Unpaved dirt roads across the reservation's 27,000 square miles make it hard for even someone like Adams, who has a home on the reservation, to move around. Many people live in small multigenerational homes that lack running water and electricity. Internet access, which would help speed up the dissemination of new information and guidance about the coronavirus, is also extremely limited.

Native Americans are also disproportionately vulnerable to COVID-19 due to common underlying health conditions like diabetes and asthma. On Navajo Nation, there are longstanding issues that contribute to poor health, like water sources contaminated by abandoned uranium mines.

The Indian Health Service, already perpetually underfunded, has struggled to keep up as cases among Native Americans rise. In the Navajo area, where there are only 12 IHS facilities for a reservation bigger than the state of West Virginia, patients with severe coronavirus symptoms have been airlifted to hospitals outside the reservation.

That indigenous communities must work with the Bureau of Indian Affairs, a federal agency, also weighs down any progress with a mountain of bureaucracy. Because of that, Adams said, "everything moves at a snail's pace."

Though there are systemic issues that have exacerbated the Navajo Nation's coronavirus crisis, Adams said they are doing what they can.

"We're very strong, innovative people," she said. "We just need those allies and advocacy to change things at the federal level so we can become independent and self-sufficient."

The Navajo Nation isn't the only place in the US where Doctors Without Borders has been responding to the coronavirus crisis. The organization has COVID-19 response teams in Puerto Rico and Florida, and is partnering with providers to help people who are experiencing homelessness and housing insecurity in New York City, the epicenter of the pandemic.

It's the second time Doctors Without Borders has worked in the US, D'Auterive said, after it sent out a small team to New York in the aftermath of Hurricane Sandy in 2012.

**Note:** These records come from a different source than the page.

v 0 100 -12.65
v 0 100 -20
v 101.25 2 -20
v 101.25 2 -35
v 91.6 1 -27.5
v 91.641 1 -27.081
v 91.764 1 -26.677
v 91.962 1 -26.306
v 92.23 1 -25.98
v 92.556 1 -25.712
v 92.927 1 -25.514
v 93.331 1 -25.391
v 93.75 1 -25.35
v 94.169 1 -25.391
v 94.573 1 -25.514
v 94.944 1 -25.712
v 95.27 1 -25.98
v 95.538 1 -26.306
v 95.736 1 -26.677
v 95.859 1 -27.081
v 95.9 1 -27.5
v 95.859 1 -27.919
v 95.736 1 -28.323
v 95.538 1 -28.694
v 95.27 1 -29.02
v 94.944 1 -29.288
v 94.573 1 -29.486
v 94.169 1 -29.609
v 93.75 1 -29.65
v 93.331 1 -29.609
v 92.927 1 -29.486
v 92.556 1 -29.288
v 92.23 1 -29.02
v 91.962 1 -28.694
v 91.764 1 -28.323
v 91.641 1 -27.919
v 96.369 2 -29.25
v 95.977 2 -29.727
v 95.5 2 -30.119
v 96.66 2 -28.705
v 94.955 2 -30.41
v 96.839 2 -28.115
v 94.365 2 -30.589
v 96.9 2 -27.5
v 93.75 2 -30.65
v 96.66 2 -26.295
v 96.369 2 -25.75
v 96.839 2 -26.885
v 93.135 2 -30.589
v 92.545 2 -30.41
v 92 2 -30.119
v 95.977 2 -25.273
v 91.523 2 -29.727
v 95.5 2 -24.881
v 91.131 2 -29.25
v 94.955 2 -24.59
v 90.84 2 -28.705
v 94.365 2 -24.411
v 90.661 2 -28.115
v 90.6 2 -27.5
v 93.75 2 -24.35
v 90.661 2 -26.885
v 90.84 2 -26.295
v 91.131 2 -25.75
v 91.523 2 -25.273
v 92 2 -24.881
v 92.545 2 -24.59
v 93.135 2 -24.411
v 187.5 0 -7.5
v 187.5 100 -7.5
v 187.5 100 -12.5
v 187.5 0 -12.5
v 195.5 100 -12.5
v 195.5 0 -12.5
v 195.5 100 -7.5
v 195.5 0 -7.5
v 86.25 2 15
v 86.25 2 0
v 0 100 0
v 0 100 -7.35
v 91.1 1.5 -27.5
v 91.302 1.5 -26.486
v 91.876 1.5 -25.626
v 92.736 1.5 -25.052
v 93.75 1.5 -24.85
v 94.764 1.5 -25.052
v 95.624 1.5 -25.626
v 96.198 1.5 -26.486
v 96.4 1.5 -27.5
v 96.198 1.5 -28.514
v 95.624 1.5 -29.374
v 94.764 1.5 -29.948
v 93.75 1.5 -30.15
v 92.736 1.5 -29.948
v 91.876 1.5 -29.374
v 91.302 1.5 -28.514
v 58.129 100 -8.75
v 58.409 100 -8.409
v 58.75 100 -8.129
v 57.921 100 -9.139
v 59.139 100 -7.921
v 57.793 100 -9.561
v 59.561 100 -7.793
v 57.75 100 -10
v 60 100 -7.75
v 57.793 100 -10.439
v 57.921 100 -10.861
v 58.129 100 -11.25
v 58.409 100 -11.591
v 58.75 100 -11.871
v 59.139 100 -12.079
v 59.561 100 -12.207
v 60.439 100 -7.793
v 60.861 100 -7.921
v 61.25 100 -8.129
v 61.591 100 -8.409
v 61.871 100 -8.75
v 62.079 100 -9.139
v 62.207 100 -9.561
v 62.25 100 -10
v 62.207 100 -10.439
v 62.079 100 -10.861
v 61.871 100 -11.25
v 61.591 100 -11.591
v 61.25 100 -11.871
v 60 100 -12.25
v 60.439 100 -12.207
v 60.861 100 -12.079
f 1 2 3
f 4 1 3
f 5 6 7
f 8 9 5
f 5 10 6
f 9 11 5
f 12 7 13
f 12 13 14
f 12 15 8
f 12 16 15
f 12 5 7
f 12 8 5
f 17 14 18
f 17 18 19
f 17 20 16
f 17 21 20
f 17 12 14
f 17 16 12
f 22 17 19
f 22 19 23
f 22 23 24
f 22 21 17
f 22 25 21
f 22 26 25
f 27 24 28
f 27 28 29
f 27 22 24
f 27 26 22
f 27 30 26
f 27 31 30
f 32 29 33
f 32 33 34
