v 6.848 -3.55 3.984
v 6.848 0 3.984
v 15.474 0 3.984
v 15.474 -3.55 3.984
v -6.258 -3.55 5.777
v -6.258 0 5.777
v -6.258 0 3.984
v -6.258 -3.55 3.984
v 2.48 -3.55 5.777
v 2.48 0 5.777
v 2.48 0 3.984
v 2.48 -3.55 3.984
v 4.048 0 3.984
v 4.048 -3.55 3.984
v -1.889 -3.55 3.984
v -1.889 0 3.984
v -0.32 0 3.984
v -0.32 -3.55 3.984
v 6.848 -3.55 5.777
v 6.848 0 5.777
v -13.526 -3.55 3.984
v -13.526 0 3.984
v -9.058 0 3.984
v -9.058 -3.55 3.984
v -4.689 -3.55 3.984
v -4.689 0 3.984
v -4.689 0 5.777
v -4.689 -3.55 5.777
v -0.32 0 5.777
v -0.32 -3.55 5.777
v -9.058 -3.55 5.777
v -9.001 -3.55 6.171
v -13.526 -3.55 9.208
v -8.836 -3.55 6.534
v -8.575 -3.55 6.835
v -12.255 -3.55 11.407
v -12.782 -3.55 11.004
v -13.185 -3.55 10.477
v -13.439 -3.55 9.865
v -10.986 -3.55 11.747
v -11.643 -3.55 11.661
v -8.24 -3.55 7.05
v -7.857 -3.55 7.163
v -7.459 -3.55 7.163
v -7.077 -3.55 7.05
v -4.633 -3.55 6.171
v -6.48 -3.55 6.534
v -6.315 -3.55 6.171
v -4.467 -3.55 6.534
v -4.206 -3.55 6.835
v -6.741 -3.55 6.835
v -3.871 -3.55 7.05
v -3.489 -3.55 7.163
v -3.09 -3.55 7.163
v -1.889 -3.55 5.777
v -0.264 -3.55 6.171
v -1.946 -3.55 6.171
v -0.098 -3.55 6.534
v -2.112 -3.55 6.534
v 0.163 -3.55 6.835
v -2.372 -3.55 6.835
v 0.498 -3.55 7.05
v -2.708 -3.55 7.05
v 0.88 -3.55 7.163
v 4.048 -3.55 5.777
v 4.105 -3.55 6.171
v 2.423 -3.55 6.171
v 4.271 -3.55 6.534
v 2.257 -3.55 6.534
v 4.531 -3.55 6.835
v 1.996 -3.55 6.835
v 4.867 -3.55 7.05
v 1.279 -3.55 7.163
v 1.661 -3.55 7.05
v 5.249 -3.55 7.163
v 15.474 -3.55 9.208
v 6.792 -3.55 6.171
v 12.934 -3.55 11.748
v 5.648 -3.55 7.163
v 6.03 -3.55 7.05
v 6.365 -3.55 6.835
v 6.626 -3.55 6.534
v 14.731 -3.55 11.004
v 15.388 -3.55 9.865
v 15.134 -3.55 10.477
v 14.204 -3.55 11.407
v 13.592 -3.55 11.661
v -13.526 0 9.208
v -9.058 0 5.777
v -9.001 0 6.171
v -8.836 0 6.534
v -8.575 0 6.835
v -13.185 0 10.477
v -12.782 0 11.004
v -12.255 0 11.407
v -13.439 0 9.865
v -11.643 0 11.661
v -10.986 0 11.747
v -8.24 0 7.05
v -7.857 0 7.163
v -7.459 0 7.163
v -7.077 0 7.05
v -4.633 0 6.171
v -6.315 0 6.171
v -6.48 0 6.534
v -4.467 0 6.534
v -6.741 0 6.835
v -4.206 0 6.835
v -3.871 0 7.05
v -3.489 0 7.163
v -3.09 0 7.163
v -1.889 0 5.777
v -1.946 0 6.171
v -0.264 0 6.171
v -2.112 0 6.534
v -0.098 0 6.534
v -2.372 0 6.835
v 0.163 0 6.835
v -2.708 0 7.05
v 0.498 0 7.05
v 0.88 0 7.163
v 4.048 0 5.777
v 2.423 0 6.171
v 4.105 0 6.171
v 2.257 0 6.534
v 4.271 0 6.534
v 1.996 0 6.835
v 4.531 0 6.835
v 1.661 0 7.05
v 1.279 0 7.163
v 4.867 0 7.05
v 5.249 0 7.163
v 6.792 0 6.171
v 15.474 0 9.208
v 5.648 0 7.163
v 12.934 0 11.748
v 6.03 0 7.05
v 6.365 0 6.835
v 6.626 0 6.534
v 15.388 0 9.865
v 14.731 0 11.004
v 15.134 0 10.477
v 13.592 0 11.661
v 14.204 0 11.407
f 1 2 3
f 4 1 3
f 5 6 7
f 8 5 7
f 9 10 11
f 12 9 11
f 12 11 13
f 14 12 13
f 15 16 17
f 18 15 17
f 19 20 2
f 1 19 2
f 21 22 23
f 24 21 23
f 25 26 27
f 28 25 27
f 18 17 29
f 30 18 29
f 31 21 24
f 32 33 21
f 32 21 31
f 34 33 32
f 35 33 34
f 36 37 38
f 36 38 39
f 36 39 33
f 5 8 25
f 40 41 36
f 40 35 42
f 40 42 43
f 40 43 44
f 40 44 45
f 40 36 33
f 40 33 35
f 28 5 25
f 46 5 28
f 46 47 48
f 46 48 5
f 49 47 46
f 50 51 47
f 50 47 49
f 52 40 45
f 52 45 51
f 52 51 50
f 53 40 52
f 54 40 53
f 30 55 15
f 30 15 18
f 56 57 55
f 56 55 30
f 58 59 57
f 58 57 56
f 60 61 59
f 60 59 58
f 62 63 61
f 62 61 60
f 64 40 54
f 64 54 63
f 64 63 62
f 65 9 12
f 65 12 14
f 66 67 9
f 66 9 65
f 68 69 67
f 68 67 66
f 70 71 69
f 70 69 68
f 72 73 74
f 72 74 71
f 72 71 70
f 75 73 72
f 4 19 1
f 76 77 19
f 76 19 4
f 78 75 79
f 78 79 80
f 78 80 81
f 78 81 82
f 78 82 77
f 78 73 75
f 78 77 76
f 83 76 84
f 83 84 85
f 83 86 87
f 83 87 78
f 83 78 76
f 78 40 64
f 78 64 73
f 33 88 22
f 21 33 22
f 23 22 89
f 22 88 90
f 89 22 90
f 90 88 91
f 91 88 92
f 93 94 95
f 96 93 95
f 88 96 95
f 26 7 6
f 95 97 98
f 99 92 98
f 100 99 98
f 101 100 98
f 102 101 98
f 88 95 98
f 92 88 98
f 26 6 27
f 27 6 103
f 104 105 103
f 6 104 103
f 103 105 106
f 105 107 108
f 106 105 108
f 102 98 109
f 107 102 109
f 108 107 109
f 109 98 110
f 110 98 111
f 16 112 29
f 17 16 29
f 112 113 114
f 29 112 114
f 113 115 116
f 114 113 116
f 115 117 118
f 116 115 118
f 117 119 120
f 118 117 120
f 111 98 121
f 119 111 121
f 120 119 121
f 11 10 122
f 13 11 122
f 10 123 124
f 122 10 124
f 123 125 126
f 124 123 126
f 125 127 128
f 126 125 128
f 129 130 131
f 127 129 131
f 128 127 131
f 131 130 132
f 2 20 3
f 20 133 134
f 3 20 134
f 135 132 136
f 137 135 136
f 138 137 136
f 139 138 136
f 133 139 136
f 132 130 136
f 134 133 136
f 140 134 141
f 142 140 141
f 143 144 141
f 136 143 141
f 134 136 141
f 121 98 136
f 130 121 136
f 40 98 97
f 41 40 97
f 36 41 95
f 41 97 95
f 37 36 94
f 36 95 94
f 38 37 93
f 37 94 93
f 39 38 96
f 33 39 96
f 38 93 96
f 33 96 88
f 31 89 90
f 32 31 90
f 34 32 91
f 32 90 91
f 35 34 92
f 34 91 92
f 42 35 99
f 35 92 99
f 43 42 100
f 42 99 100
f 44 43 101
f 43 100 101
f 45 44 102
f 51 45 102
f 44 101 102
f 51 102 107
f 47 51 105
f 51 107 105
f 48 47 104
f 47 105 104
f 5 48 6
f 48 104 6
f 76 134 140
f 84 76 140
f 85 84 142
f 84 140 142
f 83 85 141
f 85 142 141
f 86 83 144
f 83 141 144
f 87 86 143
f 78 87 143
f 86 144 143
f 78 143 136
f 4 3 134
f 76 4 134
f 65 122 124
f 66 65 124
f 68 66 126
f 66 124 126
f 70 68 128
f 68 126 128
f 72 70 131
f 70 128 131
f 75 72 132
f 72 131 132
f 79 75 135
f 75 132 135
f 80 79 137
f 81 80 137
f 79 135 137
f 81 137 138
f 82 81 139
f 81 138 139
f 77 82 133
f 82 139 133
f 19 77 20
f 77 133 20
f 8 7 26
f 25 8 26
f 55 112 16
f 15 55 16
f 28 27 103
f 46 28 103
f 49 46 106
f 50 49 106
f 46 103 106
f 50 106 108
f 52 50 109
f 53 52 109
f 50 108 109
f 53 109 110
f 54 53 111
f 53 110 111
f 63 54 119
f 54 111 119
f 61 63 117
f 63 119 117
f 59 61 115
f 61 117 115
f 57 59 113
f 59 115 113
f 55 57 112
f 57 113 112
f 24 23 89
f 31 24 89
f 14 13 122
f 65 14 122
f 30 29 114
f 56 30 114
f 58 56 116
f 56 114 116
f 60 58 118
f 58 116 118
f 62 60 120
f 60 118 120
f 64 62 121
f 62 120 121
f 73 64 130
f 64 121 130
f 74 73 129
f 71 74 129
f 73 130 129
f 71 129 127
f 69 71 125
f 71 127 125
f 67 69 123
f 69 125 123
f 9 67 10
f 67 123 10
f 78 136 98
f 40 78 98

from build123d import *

# Parameters (mm, degrees)
F1_DEPTH = 3.55


with BuildPart() as f1:
    # F0 (on Front) → F1 (new body)
    with BuildSketch(Plane.XZ):
        with BuildLine():
            Line((12.9345, 11.7475), (-10.9855, 11.7475))
            ThreePointArc((-10.9855, 11.7475), (-12.781551, 11.003551), (-13.5255, 9.2075))
            Line((-13.5255, 9.2075), (-13.5255, 3.9844))
            Line((-13.5255, 3.9844), (-9.0581, 3.9844))
            Line((-9.0581, 3.9844), (-9.0581, 5.7769))
            ThreePointArc((-9.0581, 5.7769), (-7.6581, 7.1769), (-6.2581, 5.7769))
            Line((-6.2581, 5.7769), (-6.2581, 3.9844))
            Line((-6.2581, 3.9844), (-4.6893, 3.9844))
            Line((-4.6893, 3.9844), (-4.6893, 5.7769))
            ThreePointArc((-4.6893, 5.7769), (-3.2893, 7.1769), (-1.8893, 5.7769))
            Line((-1.8893, 5.7769), (-1.8893, 3.9844))
            Line((-1.8893, 3.9844), (-0.3205, 3.9844))
            Line((-0.3205, 3.9844), (-0.3205, 5.7769))
            ThreePointArc((-0.3205, 5.7769), (1.0795, 7.1769), (2.4795, 5.7769))
            Line((2.4795, 5.7769), (2.4795, 3.9844))
            Line((2.4795, 3.9844), (4.0483, 3.9844))
            Line((4.0483, 3.9844), (4.0483, 5.7769))
            ThreePointArc((4.0483, 5.7769), (5.4483, 7.1769), (6.8483, 5.7769))
            Line((6.8483, 5.7769), (6.8483, 3.9844))
            Line((6.8483, 3.9844), (15.4745, 3.9844))
            Line((15.4745, 3.9844), (15.4745, 9.2075))
            ThreePointArc((15.4745, 9.2075), (14.730551, 11.003551), (12.9345, 11.7475))
        make_face()
    extrude(amount=F1_DEPTH)


solid = f1.part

Designed to help those in conflict zones or places ravaged by infectious disease, the international medical organization has cited the "significant health inequities" in the US as a reason for its COVID-19 response operations in the country.

"There is a clear need for additional support for the COVID-19 response," the organization said, "especially among vulnerable communities with limited access to healthcare, shelter, or basic sanitation."